Each line of the data holding "BuildPart" should be found and copied.

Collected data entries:
....

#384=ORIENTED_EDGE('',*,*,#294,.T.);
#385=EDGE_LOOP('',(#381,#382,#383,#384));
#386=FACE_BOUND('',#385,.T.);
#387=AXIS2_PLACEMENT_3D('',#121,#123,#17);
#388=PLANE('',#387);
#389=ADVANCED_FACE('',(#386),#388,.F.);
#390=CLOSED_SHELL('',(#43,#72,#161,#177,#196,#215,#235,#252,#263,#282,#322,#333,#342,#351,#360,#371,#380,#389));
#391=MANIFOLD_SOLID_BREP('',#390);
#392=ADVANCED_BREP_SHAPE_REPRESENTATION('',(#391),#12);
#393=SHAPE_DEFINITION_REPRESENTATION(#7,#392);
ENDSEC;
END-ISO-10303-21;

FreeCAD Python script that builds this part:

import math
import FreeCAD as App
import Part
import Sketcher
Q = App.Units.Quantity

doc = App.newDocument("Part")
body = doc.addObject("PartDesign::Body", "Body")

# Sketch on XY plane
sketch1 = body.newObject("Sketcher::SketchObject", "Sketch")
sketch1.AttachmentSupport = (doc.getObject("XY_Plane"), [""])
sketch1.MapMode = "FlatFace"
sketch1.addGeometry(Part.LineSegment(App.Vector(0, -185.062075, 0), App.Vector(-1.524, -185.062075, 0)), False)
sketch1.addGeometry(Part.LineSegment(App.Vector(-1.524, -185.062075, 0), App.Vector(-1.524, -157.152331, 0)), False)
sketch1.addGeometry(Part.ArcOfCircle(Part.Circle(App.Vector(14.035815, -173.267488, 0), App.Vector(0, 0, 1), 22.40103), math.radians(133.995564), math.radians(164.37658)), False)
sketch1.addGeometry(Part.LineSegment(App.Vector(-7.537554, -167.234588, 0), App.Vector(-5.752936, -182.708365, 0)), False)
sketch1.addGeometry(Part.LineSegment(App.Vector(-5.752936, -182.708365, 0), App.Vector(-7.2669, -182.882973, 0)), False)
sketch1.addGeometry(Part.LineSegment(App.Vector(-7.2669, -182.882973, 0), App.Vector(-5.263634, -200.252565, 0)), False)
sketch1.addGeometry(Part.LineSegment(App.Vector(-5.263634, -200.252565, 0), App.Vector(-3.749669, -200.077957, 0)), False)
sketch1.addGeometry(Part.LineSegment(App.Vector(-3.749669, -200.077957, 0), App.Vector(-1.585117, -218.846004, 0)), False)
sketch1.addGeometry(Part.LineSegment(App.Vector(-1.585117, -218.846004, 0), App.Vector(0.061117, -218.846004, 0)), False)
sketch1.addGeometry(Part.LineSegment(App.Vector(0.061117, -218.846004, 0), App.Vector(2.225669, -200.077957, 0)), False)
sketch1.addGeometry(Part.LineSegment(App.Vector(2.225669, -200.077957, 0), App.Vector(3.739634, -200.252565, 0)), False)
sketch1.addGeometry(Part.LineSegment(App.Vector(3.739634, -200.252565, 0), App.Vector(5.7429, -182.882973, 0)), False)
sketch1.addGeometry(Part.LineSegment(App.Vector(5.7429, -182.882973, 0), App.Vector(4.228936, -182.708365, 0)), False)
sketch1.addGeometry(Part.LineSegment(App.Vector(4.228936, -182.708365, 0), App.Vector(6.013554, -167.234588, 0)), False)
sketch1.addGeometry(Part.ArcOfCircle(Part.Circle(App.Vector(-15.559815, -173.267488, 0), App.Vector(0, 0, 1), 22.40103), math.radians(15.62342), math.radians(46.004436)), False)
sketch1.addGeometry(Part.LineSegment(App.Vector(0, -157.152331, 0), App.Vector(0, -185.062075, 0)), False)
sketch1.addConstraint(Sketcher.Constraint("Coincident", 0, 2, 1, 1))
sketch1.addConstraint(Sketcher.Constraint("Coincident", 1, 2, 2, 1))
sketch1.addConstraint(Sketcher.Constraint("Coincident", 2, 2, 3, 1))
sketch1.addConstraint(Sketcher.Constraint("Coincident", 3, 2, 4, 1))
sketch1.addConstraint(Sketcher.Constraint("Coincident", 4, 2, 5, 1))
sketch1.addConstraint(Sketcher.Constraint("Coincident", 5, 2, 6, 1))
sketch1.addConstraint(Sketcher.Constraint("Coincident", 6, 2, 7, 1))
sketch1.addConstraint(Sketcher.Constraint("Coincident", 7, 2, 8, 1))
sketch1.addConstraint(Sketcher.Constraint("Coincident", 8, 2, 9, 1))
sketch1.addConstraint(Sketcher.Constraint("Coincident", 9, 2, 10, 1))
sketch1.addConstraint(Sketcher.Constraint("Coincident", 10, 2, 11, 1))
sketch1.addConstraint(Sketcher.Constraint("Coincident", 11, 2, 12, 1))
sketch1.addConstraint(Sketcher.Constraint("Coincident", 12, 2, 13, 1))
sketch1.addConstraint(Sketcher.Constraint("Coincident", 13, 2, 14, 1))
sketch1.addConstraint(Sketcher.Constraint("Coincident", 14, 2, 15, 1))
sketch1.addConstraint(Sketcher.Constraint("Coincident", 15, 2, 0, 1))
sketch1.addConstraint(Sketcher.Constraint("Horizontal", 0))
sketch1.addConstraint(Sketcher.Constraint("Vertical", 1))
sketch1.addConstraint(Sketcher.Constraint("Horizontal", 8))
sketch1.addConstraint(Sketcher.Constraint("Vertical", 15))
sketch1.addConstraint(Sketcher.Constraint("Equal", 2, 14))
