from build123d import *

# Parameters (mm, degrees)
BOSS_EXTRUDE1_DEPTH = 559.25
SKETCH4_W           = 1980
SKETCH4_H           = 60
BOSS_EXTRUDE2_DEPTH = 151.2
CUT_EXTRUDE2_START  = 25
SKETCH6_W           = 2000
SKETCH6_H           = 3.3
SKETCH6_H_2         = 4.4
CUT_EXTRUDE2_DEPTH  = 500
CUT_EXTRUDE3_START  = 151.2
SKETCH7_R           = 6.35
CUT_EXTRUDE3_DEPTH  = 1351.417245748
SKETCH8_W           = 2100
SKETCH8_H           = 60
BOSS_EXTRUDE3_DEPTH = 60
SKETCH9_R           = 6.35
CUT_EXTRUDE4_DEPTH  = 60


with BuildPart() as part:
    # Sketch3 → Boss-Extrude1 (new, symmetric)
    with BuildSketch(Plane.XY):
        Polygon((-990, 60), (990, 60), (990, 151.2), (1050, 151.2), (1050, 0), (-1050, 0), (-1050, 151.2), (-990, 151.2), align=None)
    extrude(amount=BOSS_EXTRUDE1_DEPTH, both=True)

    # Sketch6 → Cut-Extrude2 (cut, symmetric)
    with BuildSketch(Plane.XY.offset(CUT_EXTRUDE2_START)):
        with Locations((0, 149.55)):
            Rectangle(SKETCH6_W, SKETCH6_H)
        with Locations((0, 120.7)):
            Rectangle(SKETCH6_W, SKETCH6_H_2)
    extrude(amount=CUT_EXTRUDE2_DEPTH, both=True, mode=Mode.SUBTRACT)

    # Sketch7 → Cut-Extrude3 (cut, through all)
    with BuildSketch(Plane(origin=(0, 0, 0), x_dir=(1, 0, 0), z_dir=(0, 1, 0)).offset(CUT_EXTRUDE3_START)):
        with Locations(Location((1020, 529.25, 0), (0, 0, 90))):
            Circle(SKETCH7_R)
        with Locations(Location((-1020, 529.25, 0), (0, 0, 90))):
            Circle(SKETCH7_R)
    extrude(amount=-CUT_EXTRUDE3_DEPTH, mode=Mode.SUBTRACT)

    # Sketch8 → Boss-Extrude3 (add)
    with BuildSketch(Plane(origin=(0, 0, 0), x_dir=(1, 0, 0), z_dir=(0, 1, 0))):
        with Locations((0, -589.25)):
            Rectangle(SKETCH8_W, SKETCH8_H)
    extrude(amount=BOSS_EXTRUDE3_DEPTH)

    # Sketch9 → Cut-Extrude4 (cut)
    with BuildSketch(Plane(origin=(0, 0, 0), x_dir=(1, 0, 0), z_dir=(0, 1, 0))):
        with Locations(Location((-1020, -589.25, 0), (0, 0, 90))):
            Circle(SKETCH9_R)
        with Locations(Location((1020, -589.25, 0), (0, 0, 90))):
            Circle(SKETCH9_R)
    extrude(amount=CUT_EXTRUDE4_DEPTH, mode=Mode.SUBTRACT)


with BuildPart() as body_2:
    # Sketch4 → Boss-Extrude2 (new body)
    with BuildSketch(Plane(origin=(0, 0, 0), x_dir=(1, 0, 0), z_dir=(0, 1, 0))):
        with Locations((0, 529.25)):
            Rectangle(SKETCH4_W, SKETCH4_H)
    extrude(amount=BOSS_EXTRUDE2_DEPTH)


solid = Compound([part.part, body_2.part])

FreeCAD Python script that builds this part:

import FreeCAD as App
import Part
import Sketcher
from FreeCAD import Vector

doc = App.newDocument("Part")
body = doc.addObject("PartDesign::Body", "Body")

sketch1 = doc.addObject("Sketcher::SketchObject", "Sketch")
body.addObject(sketch1)
sketch1.AttachmentSupport = (doc.XY_Plane, [""])
sketch1.MapMode = "FlatFace"
sketch1.addGeometry(Part.LineSegment(Vector(990, 60, 0), Vector(-990, 60, 0)), False)
sketch1.addGeometry(Part.LineSegment(Vector(-990, 60, 0), Vector(-990, 151, 0)), False)
sketch1.addGeometry(Part.LineSegment(Vector(-990, 151, 0), Vector(-1050, 151, 0)), False)
sketch1.addGeometry(Part.LineSegment(Vector(-1050, 151, 0), Vector(-1050, 0, 0)), False)
sketch1.addGeometry(Part.LineSegment(Vector(-1050, 0, 0), Vector(1050, 0, 0)), False)
sketch1.addGeometry(Part.LineSegment(Vector(1050, 0, 0), Vector(1050, 151, 0)), False)
sketch1.addGeometry(Part.LineSegment(Vector(1050, 151, 0), Vector(990, 151, 0)), False)
sketch1.addGeometry(Part.LineSegment(Vector(990, 151, 0), Vector(990, 60, 0)), False)
sketch1.addConstraint(Sketcher.Constraint("Coincident", 0, 2, 1, 1))
sketch1.addConstraint(Sketcher.Constraint("Coincident", 1, 2, 2, 1))
sketch1.addConstraint(Sketcher.Constraint("Coincident", 2, 2, 3, 1))
sketch1.addConstraint(Sketcher.Constraint("Coincident", 3, 2, 4, 1))
sketch1.addConstraint(Sketcher.Constraint("Coincident", 4, 2, 5, 1))
sketch1.addConstraint(Sketcher.Constraint("Coincident", 5, 2, 6, 1))
sketch1.addConstraint(Sketcher.Constraint("Coincident", 6, 2, 7, 1))
sketch1.addConstraint(Sketcher.Constraint("Coincident", 7, 2, 0, 1))
sketch1.addConstraint(Sketcher.Constraint("Horizontal", 0))
sketch1.addConstraint(Sketcher.Constraint("Vertical", 1))
sketch1.addConstraint(Sketcher.Constraint("Horizontal", 2))
sketch1.addConstraint(Sketcher.Constraint("Vertical", 3))
sketch1.addConstraint(Sketcher.Constraint("Horizontal", 4))
sketch1.addConstraint(Sketcher.Constraint("Vertical", 5))
sketch1.addConstraint(Sketcher.Constraint("Horizontal", 6))
sketch1.addConstraint(Sketcher.Constraint("Vertical", 7))
sketch1.addConstraint(Sketcher.Constraint("Symmetric", 3, 2, 4, 2, -1, 1))
sketch1.addConstraint(Sketcher.Constraint("Symmetric", 1, 2, 6, 2, -2))
sketch1.addConstraint(Sketcher.Constraint("DistanceX", 0, 2, 0, 1, 1980.0))
sketch1.addConstraint(Sketcher.Constraint("DistanceX", 2, 2, 2, 1, 60.0))
sketch1.addConstraint(Sketcher.Constraint("DistanceY", 1, 1, 1, 2, 91.2))
sketch1.addConstraint(Sketcher.Constraint("DistanceY", 3, 2, 3, 1, 151.2))
pad1 = doc.addObject("PartDesign::Pad", "Pad")
body.addObject(pad1)
pad1.Profile = sketch1
pad1.Length = 1118.5
pad1.Midplane = True

sketch2 = doc.addObject("Sketcher::SketchObject", "Sketch001")
body.addObject(sketch2)
sketch2.AttachmentSupport = (doc.XY_Plane, [""])
sketch2.MapMode = "FlatFace"
sketch2.AttachmentOffset = App.Placement(Vector(0, 0, 25), App.Rotation())
sketch2.addGeometry(Part.LineSegment(Vector(-1000, 151.2, 0), Vector(-1000, 147.9, 0)), False)
sketch2.addGeometry(Part.LineSegment(Vector(-1000, 147.9, 0), Vector(1000, 147.9, 0)), False)
sketch2.addGeometry(Part.LineSegment(Vector(1000, 147.9, 0), Vector(1000, 151.2, 0)), False)
sketch2.addGeometry(Part.LineSegment(Vector(1000, 151.2, 0), Vector(-1000, 151.2, 0)), False)
sketch2.addGeometry(Part.LineSegment(Vector(-1000, 122.9, 0), Vector(-1000, 118.5, 0)), False)
sketch2.addGeometry(Part.LineSegment(Vector(-1000, 118.5, 0), Vector(1000, 118.5, 0)), False)
sketch2.addGeometry(Part.LineSegment(Vector(1000, 118.5, 0), Vector(1000, 122.9, 0)), False)
sketch2.addGeometry(Part.LineSegment(Vector(1000, 122.9, 0), Vector(-1000, 122.9, 0)), False)
sketch2.addConstraint(Sketcher.Constraint("Coincident", 0, 2, 1, 1))
sketch2.addConstraint(Sketcher.Constraint("Coincident", 1, 2, 2, 1))
sketch2.addConstraint(Sketcher.Constraint("Coincident", 2, 2, 3, 1))
sketch2.addConstraint(Sketcher.Constraint("Coincident", 3, 2, 0, 1))
sketch2.addConstraint(Sketcher.Constraint("Coincident", 4, 2, 5, 1))
sketch2.addConstraint(Sketcher.Constraint("Coincident", 5, 2, 6, 1))
sketch2.addConstraint(Sketcher.Constraint("Coincident", 6, 2, 7, 1))
sketch2.addConstraint(Sketcher.Constraint("Coincident", 7, 2, 4, 1))
sketch2.addConstraint(Sketcher.Constraint("Vertical", 0))
sketch2.addConstraint(Sketcher.Constraint("Horizontal", 1))
sketch2.addConstraint(Sketcher.Constraint("Vertical", 2))
sketch2.addConstraint(Sketcher.Constraint("Horizontal", 3))
sketch2.addConstraint(Sketcher.Constraint("Vertical", 4))
sketch2.addConstraint(Sketcher.Constraint("Horizontal", 5))
sketch2.addConstraint(Sketcher.Constraint("Vertical", 6))
sketch2.addConstraint(Sketcher.Constraint("Horizontal", 7))
sketch2.addConstraint(Sketcher.Constraint("Vertical", 3, 2, 4, 2))
sketch2.addConstraint(Sketcher.Constraint("Vertical", 2, 2, 5, 2))
sketch2.addConstraint(Sketcher.Constraint("DistanceX", 1, 1, 1, 2, 2000.0))
sketch2.addConstraint(Sketcher.Constraint("DistanceY", 0, 2, 0, 1, 3.3))
sketch2.addConstraint(Sketcher.Constraint("DistanceY", 4, 2, 4, 1, 4.4))
sketch2.addConstraint(Sketcher.Constraint("DistanceX", 0, 2, -1, 1, 1000.0))
sketch2.addConstraint(Sketcher.Constraint("DistanceY", 6, 2, 1, 2, 25.0))
sketch2.addConstraint(Sketcher.Constraint("DistanceY", -1, 1, 0, 2, 147.9))
pocket1 = doc.addObject("PartDesign::Pocket", "Pocket")
body.addObject(pocket1)
pocket1.Profile = sketch2
pocket1.Length = 1000
pocket1.Midplane = True

sketch3 = doc.addObject("Sketcher::SketchObject", "Sketch002")
body.addObject(sketch3)
sketch3.AttachmentSupport = (doc.XZ_Plane, [""])
sketch3.MapMode = "FlatFace"
sketch3.AttachmentOffset = App.Placement(Vector(0, 0, -151.2), App.Rotation())
sketch3.addGeometry(Part.Circle(Vector(1020, -529, 0), Vector(0, 0, 1), 6), False)
sketch3.addGeometry(Part.Circle(Vector(-1020, -529, 0), Vector(0, 0, 1), 6), False)
sketch3.addConstraint(Sketcher.Constraint("Equal", 0, 1))
sketch3.addConstraint(Sketcher.Constraint("Symmetric", 0, 3, 1, 3, -2))
sketch3.addConstraint(Sketcher.Constraint("Diameter", 0, 12.7))
sketch3.addConstraint(Sketcher.Constraint("DistanceX", -1, 1, 0, 3, 1020.0))
sketch3.addConstraint(Sketcher.Constraint("DistanceY", 0, 3, -1, 1, 529.25))
pocket2 = doc.addObject("PartDesign::Pocket", "Pocket001")
body.addObject(pocket2)
pocket2.Profile = sketch3
pocket2.Type = "ThroughAll"
pocket2.Reversed = True

sketch4 = doc.addObject("Sketcher::SketchObject", "Sketch003")
body.addObject(sketch4)
sketch4.AttachmentSupport = (doc.XZ_Plane, [""])
sketch4.MapMode = "FlatFace"
sketch4.addGeometry(Part.LineSegment(Vector(-1050, 559, 0), Vector(-1050, 619, 0)), False)
sketch4.addGeometry(Part.LineSegment(Vector(-1050, 619, 0), Vector(1050, 619, 0)), False)
sketch4.addGeometry(Part.LineSegment(Vector(1050, 619, 0), Vector(1050, 559, 0)), False)
sketch4.addGeometry(Part.LineSegment(Vector(1050, 559, 0), Vector(-1050, 559, 0)), False)
sketch4.addConstraint(Sketcher.Constraint("Coincident", 0, 2, 1, 1))
sketch4.addConstraint(Sketcher.Constraint("Coincident", 1, 2, 2, 1))
sketch4.addConstraint(Sketcher.Constraint("Coincident", 2, 2, 3, 1))
sketch4.addConstraint(Sketcher.Constraint("Coincident", 3, 2, 0, 1))
sketch4.addConstraint(Sketcher.Constraint("Vertical", 0))
sketch4.addConstraint(Sketcher.Constraint("Horizontal", 1))
sketch4.addConstraint(Sketcher.Constraint("Vertical", 2))
sketch4.addConstraint(Sketcher.Constraint("Horizontal", 3))
sketch4.addConstraint(Sketcher.Constraint("DistanceX", 1, 1, 1, 2, 2100.0))
sketch4.addConstraint(Sketcher.Constraint("DistanceY", 0, 1, 0, 2, 60.0))
sketch4.addConstraint(Sketcher.Constraint("DistanceX", 0, 2, -1, 1, 1050.0))
sketch4.addConstraint(Sketcher.Constraint("DistanceY", -1, 1, 0, 2, 619.25))
pad2 = doc.addObject("PartDesign::Pad", "Pad001")
body.addObject(pad2)
pad2.Profile = sketch4
pad2.Length = 60
pad2.Reversed = True

sketch5 = doc.addObject("Sketcher::SketchObject", "Sketch004")
body.addObject(sketch5)
sketch5.AttachmentSupport = (doc.XZ_Plane, [""])
sketch5.MapMode = "FlatFace"
sketch5.addGeometry(Part.Circle(Vector(-1020, 589, 0), Vector(0, 0, 1), 6), False)
sketch5.addGeometry(Part.Circle(Vector(1020, 589, 0), Vector(0, 0, 1), 6), False)
sketch5.addConstraint(Sketcher.Constraint("Equal", 0, 1))
sketch5.addConstraint(Sketcher.Constraint("Symmetric", 0, 3, 1, 3, -2))
sketch5.addConstraint(Sketcher.Constraint("Diameter", 0, 12.7))
sketch5.addConstraint(Sketcher.Constraint("DistanceX", 0, 3, -1, 1, 1020.0))
sketch5.addConstraint(Sketcher.Constraint("DistanceY", -1, 1, 0, 3, 589.25))
pocket3 = doc.addObject("PartDesign::Pocket", "Pocket002")
body.addObject(pocket3)
pocket3.Profile = sketch5
pocket3.Length = 60
body2 = doc.addObject("PartDesign::Body", "Body001")

sketch6 = doc.addObject("Sketcher::SketchObject", "Sketch005")
body2.addObject(sketch6)
sketch6.AttachmentSupport = (doc.getObject("XZ_Plane001"), [""])
sketch6.MapMode = "FlatFace"
sketch6.addGeometry(Part.LineSegment(Vector(-990, -559, 0), Vector(-990, -499, 0)), False)
sketch6.addGeometry(Part.LineSegment(Vector(-990, -499, 0), Vector(990, -499, 0)), False)
sketch6.addGeometry(Part.LineSegment(Vector(990, -499, 0), Vector(990, -559, 0)), False)
sketch6.addGeometry(Part.LineSegment(Vector(990, -559, 0), Vector(-990, -559, 0)), False)
sketch6.addConstraint(Sketcher.Constraint("Coincident", 0, 2, 1, 1))
sketch6.addConstraint(Sketcher.Constraint("Coincident", 1, 2, 2, 1))
sketch6.addConstraint(Sketcher.Constraint("Coincident", 2, 2, 3, 1))
sketch6.addConstraint(Sketcher.Constraint("Coincident", 3, 2, 0, 1))
sketch6.addConstraint(Sketcher.Constraint("Vertical", 0))
sketch6.addConstraint(Sketcher.Constraint("Horizontal", 1))
sketch6.addConstraint(Sketcher.Constraint("Vertical", 2))
sketch6.addConstraint(Sketcher.Constraint("Horizontal", 3))
sketch6.addConstraint(Sketcher.Constraint("DistanceX", 1, 1, 1, 2, 1980.0))
sketch6.addConstraint(Sketcher.Constraint("DistanceY", 0, 1, 0, 2, 60.0))
sketch6.addConstraint(Sketcher.Constraint("DistanceX", 0, 2, -1, 1, 990.0))
sketch6.addConstraint(Sketcher.Constraint("DistanceY", 0, 2, -1, 1, 499.25))
pad3 = doc.addObject("PartDesign::Pad", "Pad002")
body2.addObject(pad3)
pad3.Profile = sketch6
pad3.Length = 151.2
pad3.Reversed = True

doc.recompute()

....

**OUTPUT FOR THIS EXERCISE**.
with BuildPart() as part:
with BuildPart() as body_2:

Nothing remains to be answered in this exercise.